THE DATA -
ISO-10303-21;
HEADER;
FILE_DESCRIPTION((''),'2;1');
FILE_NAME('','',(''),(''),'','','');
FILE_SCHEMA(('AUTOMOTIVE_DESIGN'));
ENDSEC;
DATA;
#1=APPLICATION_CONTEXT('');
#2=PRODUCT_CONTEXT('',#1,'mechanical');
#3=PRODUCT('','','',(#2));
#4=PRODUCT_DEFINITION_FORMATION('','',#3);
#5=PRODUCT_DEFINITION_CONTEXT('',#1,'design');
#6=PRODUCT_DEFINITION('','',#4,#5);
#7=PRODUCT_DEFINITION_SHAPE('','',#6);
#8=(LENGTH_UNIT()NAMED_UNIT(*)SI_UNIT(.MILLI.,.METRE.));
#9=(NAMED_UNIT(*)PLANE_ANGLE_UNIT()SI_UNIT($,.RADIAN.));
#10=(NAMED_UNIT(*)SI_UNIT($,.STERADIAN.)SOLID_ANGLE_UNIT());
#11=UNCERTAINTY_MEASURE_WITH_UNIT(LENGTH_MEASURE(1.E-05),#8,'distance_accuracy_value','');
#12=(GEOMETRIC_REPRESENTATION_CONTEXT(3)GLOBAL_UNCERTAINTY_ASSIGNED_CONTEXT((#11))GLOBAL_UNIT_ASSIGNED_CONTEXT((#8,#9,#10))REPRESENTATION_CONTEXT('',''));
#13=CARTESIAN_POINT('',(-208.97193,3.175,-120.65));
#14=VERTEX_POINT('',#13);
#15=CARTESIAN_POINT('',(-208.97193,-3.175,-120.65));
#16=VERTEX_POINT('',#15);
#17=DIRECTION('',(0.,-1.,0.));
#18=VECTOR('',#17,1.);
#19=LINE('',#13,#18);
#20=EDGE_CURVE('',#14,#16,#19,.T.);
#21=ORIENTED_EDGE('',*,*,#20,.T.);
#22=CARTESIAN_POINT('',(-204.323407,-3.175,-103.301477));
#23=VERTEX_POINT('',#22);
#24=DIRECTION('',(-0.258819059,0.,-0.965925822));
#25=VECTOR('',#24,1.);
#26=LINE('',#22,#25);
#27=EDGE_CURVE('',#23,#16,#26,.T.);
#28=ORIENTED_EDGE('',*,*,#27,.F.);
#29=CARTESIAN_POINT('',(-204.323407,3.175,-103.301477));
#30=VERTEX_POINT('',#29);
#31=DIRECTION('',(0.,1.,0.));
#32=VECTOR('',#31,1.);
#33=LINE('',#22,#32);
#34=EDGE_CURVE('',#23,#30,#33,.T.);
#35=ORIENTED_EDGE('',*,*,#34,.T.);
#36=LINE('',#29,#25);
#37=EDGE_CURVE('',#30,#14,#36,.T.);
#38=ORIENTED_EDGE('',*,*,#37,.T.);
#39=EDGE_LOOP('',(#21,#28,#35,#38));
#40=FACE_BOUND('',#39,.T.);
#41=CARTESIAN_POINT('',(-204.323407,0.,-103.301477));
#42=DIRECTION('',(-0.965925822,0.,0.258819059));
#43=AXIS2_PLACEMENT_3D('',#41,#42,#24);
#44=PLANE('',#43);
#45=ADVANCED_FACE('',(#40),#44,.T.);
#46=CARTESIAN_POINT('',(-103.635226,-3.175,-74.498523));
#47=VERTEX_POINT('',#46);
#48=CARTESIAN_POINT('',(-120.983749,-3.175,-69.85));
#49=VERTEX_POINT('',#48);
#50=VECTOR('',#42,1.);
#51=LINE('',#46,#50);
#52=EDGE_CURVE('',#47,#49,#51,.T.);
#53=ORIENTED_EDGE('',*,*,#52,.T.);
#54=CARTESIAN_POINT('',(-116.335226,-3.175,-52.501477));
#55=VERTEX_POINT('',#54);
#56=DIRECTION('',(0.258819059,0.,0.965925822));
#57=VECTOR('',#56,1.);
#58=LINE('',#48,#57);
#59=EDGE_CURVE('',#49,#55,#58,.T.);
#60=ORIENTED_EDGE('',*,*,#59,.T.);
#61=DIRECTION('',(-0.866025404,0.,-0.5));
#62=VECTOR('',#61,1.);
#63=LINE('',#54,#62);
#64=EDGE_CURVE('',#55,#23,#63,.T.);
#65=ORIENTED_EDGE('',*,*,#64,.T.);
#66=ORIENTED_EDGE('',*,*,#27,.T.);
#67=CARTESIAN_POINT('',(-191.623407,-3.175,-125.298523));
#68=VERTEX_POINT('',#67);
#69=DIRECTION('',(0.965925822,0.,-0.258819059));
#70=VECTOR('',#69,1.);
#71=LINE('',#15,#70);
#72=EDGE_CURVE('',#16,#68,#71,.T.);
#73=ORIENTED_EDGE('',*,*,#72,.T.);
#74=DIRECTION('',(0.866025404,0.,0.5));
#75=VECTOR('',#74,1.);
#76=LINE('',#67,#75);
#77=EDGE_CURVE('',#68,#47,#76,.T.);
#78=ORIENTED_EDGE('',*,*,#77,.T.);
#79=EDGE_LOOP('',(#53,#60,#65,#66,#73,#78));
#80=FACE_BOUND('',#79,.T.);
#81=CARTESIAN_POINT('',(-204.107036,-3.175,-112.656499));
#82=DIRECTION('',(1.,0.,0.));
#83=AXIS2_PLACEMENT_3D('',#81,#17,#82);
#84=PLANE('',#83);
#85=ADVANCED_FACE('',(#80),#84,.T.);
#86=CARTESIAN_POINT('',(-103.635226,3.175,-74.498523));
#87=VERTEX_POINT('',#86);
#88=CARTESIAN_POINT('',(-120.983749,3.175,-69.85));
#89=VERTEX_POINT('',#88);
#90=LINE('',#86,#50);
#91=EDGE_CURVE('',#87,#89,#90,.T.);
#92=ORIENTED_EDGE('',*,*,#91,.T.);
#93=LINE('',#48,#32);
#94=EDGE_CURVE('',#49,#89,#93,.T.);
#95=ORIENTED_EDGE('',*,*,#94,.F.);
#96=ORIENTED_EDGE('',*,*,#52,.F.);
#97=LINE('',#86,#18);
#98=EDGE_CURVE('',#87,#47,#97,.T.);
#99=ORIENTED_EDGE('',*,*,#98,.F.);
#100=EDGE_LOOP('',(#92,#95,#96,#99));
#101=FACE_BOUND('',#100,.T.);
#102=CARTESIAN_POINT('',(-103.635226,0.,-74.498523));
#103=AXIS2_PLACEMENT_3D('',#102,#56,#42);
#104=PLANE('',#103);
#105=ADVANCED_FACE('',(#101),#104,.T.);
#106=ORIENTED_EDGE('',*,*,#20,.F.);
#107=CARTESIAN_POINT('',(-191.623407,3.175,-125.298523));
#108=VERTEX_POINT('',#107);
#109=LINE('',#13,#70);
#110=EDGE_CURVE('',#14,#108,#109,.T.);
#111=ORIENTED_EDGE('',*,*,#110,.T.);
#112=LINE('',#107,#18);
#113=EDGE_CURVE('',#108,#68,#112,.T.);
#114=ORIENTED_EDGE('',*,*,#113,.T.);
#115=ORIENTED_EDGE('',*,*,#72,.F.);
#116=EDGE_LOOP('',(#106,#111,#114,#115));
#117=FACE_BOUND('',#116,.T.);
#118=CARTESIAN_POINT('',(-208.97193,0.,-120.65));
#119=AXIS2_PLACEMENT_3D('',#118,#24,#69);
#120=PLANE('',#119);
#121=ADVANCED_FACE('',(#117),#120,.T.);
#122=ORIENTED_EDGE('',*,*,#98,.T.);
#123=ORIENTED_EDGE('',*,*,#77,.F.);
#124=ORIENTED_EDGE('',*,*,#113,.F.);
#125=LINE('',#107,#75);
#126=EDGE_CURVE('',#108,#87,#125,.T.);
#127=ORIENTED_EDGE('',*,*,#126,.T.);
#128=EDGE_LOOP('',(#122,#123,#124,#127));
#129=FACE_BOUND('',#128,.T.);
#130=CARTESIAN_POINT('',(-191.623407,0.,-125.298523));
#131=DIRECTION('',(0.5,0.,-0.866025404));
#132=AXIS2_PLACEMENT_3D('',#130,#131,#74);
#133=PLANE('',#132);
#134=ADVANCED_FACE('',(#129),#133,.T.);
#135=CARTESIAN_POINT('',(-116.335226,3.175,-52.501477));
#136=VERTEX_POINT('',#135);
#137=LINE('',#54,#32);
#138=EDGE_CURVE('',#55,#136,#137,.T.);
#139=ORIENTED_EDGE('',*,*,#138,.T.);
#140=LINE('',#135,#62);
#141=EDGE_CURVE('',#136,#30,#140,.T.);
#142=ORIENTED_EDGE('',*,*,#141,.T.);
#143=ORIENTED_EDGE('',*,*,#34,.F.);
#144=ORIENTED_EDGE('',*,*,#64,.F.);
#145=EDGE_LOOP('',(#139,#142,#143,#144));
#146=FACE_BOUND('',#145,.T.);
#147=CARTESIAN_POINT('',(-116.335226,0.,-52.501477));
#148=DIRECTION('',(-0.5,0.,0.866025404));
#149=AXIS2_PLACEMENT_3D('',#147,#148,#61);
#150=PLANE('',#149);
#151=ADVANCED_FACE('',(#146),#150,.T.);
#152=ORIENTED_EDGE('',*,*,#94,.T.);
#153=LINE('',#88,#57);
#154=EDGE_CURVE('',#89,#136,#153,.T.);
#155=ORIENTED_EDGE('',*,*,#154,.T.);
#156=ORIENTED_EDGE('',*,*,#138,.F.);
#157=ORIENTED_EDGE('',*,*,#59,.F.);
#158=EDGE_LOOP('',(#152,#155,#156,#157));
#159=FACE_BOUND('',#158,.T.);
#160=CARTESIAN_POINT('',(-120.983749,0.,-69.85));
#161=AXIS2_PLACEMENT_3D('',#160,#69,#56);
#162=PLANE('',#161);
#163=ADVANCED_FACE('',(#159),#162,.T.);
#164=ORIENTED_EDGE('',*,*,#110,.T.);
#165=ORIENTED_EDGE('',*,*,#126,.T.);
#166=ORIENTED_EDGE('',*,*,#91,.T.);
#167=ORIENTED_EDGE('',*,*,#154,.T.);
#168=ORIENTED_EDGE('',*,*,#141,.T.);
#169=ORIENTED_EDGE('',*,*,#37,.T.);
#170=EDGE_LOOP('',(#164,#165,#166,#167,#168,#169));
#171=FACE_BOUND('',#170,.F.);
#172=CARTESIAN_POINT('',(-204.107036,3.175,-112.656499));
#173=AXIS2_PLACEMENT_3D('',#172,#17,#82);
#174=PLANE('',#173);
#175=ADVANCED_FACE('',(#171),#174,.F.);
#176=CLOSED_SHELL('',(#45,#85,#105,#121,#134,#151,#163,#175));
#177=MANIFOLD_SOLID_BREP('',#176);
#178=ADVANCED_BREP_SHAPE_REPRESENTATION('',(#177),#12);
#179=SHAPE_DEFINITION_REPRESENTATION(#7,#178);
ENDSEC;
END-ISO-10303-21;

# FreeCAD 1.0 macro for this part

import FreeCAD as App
import Part
import Sketcher

V = App.Vector
Q = App.Units.Quantity

doc = App.newDocument("Part")
body = doc.addObject("PartDesign::Body", "Body")

sketch1 = body.newObject("Sketcher::SketchObject", "Sketch")
sketch1.AttachmentSupport = (doc.getObject("XZ_Plane"), [""])
sketch1.MapMode = "FlatFace"
sketch1.addGeometry(Part.LineSegment(V(-204, -103, 0), V(-209, -121, 0)), False)
sketch1.addGeometry(Part.LineSegment(V(-209, -121, 0), V(-192, -125, 0)), False)
sketch1.addGeometry(Part.LineSegment(V(-192, -125, 0), V(-104, -74, 0)), False)
sketch1.addGeometry(Part.LineSegment(V(-104, -74, 0), V(-121, -70, 0)), False)
sketch1.addGeometry(Part.LineSegment(V(-121, -70, 0), V(-116, -53, 0)), False)
sketch1.addGeometry(Part.LineSegment(V(-116, -53, 0), V(-204, -103, 0)), False)
sketch1.addConstraint(Sketcher.Constraint("Coincident", 0, 2, 1, 1))
sketch1.addConstraint(Sketcher.Constraint("Coincident", 1, 2, 2, 1))
sketch1.addConstraint(Sketcher.Constraint("Coincident", 2, 2, 3, 1))
sketch1.addConstraint(Sketcher.Constraint("Coincident", 3, 2, 4, 1))
sketch1.addConstraint(Sketcher.Constraint("Coincident", 4, 2, 5, 1))
sketch1.addConstraint(Sketcher.Constraint("Coincident", 5, 2, 0, 1))
sketch1.addConstraint(Sketcher.Constraint("Perpendicular", 0, 1))
sketch1.addConstraint(Sketcher.Constraint("Parallel", 1, 3))
sketch1.addConstraint(Sketcher.Constraint("Perpendicular", 3, 4))
sketch1.addConstraint(Sketcher.Constraint("Parallel", 2, 5))
sketch1.addConstraint(Sketcher.Constraint("Equal", 0, 1))
sketch1.addConstraint(Sketcher.Constraint("Equal", 1, 3))
sketch1.addConstraint(Sketcher.Constraint("Distance", 2, Q("4 in")))
sketch1.addConstraint(Sketcher.Constraint("Angle", 0, Q("-105.000001 deg")))
sketch1.addConstraint(Sketcher.Constraint("Angle", 2, Q("30 deg")))
sketch1.addConstraint(Sketcher.Constraint("DistanceX", 4, 2, 2, 2, Q("0.5 in")))
sketch1.addConstraint(Sketcher.Constraint("DistanceY", 0, 2, -1, 1, Q("4.75 in")))
sketch1.addConstraint(Sketcher.Constraint("DistanceX", 0, 2, -1, 1, 208.97193))
pad1 = body.newObject("PartDesign::Pad", "Pad")
pad1.Profile = sketch1
pad1.Length = Q("0.25 in")
pad1.Midplane = True

doc.recompute()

TASK DETAILS -
Please, from the entries above, set down exactly the lines from the one containing "#38=ORIENTED_EDGE('',*,*,#37,.T.);" through the one containing "#47=VERTEX_POINT('',#46);", and only those.

REPLY -
#38=ORIENTED_EDGE('',*,*,#37,.T.);
#39=EDGE_LOOP('',(#21,#28,#35,#38));
#40=FACE_BOUND('',#39,.T.);
#41=CARTESIAN_POINT('',(-204.323407,0.,-103.301477));
#42=DIRECTION('',(-0.965925822,0.,0.258819059));
#43=AXIS2_PLACEMENT_3D('',#41,#42,#24);
#44=PLANE('',#43);
#45=ADVANCED_FACE('',(#40),#44,.T.);
#46=CARTESIAN_POINT('',(-103.635226,-3.175,-74.498523));
#47=VERTEX_POINT('',#46);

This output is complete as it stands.